* Required work
Although the data below holds other lines too, output only those from the line with "e2 v2 v2 CIRCLE(AX(P(0,-2.5,0),D(0,1,0),D(0,0,1)),1.5)" up to and including the line with "e4 v4 v4 CIRCLE(AX(P(0,-2,0),D(0,-1,0),D(0,0,-1)),4)", exactly as they appear.

* Records for this exercise
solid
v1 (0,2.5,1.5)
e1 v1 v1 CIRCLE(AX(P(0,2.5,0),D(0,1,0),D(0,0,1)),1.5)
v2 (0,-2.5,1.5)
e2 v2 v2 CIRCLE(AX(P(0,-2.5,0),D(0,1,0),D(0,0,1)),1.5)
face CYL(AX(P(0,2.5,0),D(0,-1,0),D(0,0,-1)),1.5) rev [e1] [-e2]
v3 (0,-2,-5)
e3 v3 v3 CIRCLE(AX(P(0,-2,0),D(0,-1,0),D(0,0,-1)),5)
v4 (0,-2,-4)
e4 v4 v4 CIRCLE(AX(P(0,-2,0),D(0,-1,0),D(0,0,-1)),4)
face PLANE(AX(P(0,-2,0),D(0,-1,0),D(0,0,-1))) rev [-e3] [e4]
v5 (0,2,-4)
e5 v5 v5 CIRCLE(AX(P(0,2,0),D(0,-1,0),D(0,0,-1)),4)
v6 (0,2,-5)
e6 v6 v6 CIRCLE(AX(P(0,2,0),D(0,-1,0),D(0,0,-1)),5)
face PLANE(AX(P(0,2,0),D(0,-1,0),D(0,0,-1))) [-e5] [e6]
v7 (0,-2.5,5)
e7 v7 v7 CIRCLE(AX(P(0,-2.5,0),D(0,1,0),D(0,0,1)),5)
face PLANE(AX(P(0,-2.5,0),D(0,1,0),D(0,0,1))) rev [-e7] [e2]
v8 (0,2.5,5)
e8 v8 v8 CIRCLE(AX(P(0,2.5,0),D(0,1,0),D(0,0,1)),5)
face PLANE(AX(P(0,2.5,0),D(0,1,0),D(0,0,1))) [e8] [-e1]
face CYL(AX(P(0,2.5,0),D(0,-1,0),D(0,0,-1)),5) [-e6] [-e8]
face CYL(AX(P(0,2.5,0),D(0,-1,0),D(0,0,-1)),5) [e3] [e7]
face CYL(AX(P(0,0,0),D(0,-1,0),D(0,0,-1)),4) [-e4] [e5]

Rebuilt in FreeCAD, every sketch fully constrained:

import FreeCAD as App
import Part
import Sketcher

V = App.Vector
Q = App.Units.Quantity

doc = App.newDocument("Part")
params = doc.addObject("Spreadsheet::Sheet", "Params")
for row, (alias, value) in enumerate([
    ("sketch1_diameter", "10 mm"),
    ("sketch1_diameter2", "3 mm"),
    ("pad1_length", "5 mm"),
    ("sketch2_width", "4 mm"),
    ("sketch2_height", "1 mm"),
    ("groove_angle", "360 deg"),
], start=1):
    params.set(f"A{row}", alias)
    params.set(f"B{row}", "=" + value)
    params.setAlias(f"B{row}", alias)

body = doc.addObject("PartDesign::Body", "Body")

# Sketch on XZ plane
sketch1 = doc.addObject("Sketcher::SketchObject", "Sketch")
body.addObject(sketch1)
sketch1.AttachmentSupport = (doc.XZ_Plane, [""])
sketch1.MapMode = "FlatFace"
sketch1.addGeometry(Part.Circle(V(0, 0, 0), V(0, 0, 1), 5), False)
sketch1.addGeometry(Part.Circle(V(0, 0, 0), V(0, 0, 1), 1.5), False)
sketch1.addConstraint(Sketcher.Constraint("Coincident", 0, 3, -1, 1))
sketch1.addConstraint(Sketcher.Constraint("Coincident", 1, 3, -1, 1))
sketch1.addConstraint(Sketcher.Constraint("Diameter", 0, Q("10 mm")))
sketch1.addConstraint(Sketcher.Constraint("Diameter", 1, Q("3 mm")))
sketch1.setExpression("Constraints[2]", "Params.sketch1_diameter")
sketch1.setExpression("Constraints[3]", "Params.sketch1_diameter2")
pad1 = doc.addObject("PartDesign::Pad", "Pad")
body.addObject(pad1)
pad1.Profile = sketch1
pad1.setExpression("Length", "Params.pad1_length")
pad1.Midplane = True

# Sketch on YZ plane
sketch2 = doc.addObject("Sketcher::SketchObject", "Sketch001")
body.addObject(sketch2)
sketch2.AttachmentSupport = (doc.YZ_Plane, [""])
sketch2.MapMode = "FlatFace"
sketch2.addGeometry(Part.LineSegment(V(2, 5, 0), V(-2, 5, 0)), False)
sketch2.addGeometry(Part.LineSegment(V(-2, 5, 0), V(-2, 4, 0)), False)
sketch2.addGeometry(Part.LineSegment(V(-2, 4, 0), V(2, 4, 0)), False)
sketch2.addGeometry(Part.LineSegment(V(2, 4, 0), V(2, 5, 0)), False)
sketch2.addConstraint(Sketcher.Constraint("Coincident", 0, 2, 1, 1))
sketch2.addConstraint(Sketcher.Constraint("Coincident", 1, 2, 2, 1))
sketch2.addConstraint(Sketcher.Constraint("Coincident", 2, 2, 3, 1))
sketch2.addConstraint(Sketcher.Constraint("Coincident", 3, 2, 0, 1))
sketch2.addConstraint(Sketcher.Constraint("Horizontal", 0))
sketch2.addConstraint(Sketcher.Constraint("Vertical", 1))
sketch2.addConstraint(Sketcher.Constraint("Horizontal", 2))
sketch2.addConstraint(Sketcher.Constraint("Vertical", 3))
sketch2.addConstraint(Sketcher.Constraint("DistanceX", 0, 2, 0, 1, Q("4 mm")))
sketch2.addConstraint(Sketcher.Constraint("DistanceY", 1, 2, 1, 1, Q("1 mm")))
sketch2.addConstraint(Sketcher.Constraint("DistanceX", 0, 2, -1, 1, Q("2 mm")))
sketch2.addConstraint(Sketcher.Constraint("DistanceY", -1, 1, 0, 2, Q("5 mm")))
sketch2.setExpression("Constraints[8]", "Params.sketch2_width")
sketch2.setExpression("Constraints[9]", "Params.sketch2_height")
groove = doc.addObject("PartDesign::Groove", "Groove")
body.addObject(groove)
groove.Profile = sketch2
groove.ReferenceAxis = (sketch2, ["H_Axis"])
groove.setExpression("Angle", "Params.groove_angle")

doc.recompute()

* Result for this exercise
e2 v2 v2 CIRCLE(AX(P(0,-2.5,0),D(0,1,0),D(0,0,1)),1.5)
face CYL(AX(P(0,2.5,0),D(0,-1,0),D(0,0,-1)),1.5) rev [e1] [-e2]
v3 (0,-2,-5)
e3 v3 v3 CIRCLE(AX(P(0,-2,0),D(0,-1,0),D(0,0,-1)),5)
v4 (0,-2,-4)
e4 v4 v4 CIRCLE(AX(P(0,-2,0),D(0,-1,0),D(0,0,-1)),4)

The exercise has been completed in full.